Patti had been to Kent Falls before but this was my first time in the area and I was rather surprised how the park was located right off of the roadway. I was expecting some sort of long drive in as seems to be the norm with Connecticut State Parks but thankfully that wasn't the case this time as it was starting to get close to dark and I knew we weren't going to have a lot of time for pictures.

After parking in the snowy lot, intrepid New Haven Register reporter Patti and I climbed back out of the car and made our way towards the snow-covered falls through the snow-covered fields. Luckily someone had beaten down a path for us so as long as you stayed on it, it wasn't bad but if you stepped off you found yourself in snow up to top of your thighs - as I once found out when my boot slipped!

Kent Falls State Park

If you look closely in the right hand corner of the picture, you can see the area where the falls are - underneath all that snow! 

The Footbridge at Kent Falls State Park

This footbridge was downstream a ways from a small red bridge. 

Covered Bridge at Kent Falls State Park

Not a historic covered bridge, this cute little 37-foot pedestrian bridge which crosses Kent Falls Brook was built in 1974 as part of the state park.  
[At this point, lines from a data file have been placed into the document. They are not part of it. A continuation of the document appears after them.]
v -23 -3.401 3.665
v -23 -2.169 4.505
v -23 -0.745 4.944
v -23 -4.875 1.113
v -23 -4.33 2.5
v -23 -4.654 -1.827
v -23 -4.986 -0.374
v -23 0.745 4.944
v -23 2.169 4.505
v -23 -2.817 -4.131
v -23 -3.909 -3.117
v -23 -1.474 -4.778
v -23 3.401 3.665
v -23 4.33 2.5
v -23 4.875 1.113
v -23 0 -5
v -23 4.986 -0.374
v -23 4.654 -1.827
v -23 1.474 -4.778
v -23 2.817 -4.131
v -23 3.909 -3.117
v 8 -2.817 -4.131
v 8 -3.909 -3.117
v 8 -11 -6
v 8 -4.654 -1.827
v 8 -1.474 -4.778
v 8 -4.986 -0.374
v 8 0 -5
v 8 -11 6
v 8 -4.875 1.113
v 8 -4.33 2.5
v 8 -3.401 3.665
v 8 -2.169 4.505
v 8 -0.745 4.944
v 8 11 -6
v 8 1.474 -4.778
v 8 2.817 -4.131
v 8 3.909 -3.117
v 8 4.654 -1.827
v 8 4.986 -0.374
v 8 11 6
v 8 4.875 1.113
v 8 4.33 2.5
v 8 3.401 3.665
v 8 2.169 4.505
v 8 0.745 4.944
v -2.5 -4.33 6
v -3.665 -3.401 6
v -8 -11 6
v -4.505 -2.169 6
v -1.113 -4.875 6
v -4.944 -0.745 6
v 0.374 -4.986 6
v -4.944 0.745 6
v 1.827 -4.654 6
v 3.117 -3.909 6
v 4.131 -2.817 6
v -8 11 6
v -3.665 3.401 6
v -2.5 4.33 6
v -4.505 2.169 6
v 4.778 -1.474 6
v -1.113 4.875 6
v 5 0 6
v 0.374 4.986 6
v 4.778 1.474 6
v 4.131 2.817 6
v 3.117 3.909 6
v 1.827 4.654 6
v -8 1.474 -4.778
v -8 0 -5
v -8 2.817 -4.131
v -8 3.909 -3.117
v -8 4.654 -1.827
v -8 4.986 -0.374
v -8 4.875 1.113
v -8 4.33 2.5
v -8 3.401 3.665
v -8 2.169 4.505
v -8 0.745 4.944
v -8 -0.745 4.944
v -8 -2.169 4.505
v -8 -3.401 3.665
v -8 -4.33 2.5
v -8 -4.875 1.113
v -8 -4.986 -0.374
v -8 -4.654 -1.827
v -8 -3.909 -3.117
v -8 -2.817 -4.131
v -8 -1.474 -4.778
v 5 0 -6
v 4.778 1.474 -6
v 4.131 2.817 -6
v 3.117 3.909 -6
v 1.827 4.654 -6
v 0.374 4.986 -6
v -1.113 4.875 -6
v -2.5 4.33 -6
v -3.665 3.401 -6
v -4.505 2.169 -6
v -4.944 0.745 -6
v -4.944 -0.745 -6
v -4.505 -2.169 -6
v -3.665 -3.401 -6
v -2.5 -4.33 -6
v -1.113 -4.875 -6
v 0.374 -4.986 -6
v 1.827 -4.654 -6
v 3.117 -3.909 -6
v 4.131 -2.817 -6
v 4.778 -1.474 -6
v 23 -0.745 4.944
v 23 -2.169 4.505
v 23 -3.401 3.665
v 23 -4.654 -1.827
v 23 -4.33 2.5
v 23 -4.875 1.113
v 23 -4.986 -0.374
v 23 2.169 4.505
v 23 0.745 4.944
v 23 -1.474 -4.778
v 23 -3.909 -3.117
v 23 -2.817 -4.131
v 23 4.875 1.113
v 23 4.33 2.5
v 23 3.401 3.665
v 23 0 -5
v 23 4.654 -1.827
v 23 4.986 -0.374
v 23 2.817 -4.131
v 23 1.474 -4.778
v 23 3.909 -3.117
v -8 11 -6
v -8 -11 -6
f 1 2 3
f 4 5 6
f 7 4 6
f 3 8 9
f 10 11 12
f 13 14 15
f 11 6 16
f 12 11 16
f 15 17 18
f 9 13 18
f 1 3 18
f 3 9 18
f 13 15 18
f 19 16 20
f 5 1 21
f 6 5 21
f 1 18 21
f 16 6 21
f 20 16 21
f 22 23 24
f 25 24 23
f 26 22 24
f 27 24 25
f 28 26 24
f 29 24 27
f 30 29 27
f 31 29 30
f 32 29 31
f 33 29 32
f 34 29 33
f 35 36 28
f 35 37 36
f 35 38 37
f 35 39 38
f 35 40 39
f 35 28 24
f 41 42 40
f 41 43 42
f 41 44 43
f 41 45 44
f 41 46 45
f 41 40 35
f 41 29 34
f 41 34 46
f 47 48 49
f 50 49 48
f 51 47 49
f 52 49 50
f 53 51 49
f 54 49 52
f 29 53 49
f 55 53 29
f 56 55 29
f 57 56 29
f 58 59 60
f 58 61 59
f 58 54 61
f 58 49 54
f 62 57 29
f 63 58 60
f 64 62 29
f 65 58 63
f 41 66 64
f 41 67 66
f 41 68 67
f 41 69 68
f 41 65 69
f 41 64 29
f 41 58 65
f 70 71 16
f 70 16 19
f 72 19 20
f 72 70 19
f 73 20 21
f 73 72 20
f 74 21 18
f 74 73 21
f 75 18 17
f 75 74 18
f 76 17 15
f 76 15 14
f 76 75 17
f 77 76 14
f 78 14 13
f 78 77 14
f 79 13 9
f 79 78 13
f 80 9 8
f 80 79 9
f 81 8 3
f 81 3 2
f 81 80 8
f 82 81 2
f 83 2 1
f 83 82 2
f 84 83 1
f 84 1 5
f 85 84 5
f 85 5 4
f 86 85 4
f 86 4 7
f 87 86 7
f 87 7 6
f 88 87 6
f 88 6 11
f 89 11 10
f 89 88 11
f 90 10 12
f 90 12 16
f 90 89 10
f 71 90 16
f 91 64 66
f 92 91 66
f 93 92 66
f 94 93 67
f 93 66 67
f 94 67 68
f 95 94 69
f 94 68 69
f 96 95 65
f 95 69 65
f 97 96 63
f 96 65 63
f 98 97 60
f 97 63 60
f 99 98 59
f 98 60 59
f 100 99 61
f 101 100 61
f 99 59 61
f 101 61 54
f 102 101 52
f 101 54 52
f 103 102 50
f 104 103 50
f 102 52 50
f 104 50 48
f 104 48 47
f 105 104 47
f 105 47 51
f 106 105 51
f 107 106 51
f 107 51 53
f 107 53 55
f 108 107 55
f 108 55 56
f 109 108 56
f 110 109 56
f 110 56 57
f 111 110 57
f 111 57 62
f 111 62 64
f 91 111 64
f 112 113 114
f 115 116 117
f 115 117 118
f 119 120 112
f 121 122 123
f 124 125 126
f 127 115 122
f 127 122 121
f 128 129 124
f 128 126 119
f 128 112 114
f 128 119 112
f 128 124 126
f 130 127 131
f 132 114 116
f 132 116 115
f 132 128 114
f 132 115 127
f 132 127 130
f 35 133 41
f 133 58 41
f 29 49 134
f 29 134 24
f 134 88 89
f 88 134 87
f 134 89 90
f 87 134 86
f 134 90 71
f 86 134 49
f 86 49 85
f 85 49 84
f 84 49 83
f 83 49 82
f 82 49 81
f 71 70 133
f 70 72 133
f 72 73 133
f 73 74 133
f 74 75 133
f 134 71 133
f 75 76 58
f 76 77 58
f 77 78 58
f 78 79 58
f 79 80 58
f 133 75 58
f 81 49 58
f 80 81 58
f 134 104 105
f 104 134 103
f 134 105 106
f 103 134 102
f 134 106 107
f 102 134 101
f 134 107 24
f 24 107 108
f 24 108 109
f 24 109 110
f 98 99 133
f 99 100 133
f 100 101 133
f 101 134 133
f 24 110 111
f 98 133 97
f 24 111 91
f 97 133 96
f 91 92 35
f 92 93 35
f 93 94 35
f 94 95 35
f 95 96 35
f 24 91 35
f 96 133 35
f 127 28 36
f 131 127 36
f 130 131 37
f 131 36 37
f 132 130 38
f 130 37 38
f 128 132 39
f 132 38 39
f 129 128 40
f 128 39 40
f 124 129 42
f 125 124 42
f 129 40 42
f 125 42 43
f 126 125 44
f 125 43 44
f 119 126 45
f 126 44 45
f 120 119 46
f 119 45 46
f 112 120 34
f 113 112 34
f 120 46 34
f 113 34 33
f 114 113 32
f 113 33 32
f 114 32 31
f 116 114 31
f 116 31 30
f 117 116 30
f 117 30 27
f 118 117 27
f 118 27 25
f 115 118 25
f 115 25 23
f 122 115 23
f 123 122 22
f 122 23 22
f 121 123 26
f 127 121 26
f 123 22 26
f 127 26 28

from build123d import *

# Parameters (mm, degrees)
SKETCH_1_W          = 16
SKETCH_1_H          = 22
EXTRUDE_1_DEPTH     = 6
SKETCH_2_R          = 5
EXTRUDE_2_DEPTH     = 15
SKETCH_3_R          = 5
CUT_EXTRUDE_1_DEPTH = 13


with BuildPart() as part:
    # 草图1 → 凸台-拉伸1 (new body, symmetric)
    with BuildSketch(Plane.XY):
        Rectangle(SKETCH_1_W, SKETCH_1_H)
    extrude(amount=EXTRUDE_1_DEPTH, both=True)

    # 草图2 → 凸台-拉伸2 (add)
    with BuildSketch(Plane(origin=(8, 0, 0), x_dir=(0, 0, -1), z_dir=(1, 0, 0))):
        Circle(SKETCH_2_R)
    extrude_2 = extrude(amount=EXTRUDE_2_DEPTH)

    # 镜向1: 凸台-拉伸2 across plane
    add(extrude_2.mirror(Plane(origin=(0, 0, 0), x_dir=(0, 0, 1), z_dir=(1, 0, 0))))

    # 草图3 → 切除-拉伸1 (cut, through all)
    with BuildSketch(Plane.XY.offset(6)):
        Circle(SKETCH_3_R)
    extrude(amount=-CUT_EXTRUDE_1_DEPTH, mode=Mode.SUBTRACT)


solid = part.part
Snow-Covered Picnic Tables

There were plenty of picnic tables available! 

Ice Water, Anyone?

Ice water anyone??

Frozen Kent Falls
Kent Falls

As you can see, the majestic falls were pretty much frozen and with the fading light and tons of white snow it was kind of hard to get a good picture. Patti said that we should come back in warmer weather with her husband Ralph and a picnic lunch which I'd most definitely like to do.  Then we could climb the trails next to the falls and enjoy the scenery without feeling like we needed a keg-carrying Saint Bernard along for company!

Frozen creek

With the sky starting to darken even more than it already was, we trudged our way through the snow back to the car and started our drive back towards Ansonia.  We ended up going back the same way that we had traveled when we had gone on our foliage hunt in October but boy, did the scenery look different this time!  Still, it's nice to explore parts of Connecticut that I've never seen before and it's even nicer to do that exploring with a friend. In spite of the near-accidents and the cold and all that snow, I really had a good time spending the afternoon/evening with Patti and I sincerely hope we get the chance to do it again many times over. Minus the near-accidents, the cold, and the snow though!


  1. If I had the power to be jealous of your excursions.. I would be.. but I have to share with you how much I enjoy your pix and your travels.. I too someday shall be able to do the same! "Keep on truckin'" Pam Canfield

  2. This was indeed a fun day, Duchess!
    And lookit all that hair I had. Almost forgot. ;-)

  3. I really can't believe that two years have passed. I'd believe it was a year ago! But two?

    This trip was just days before my big D - Diagnosis!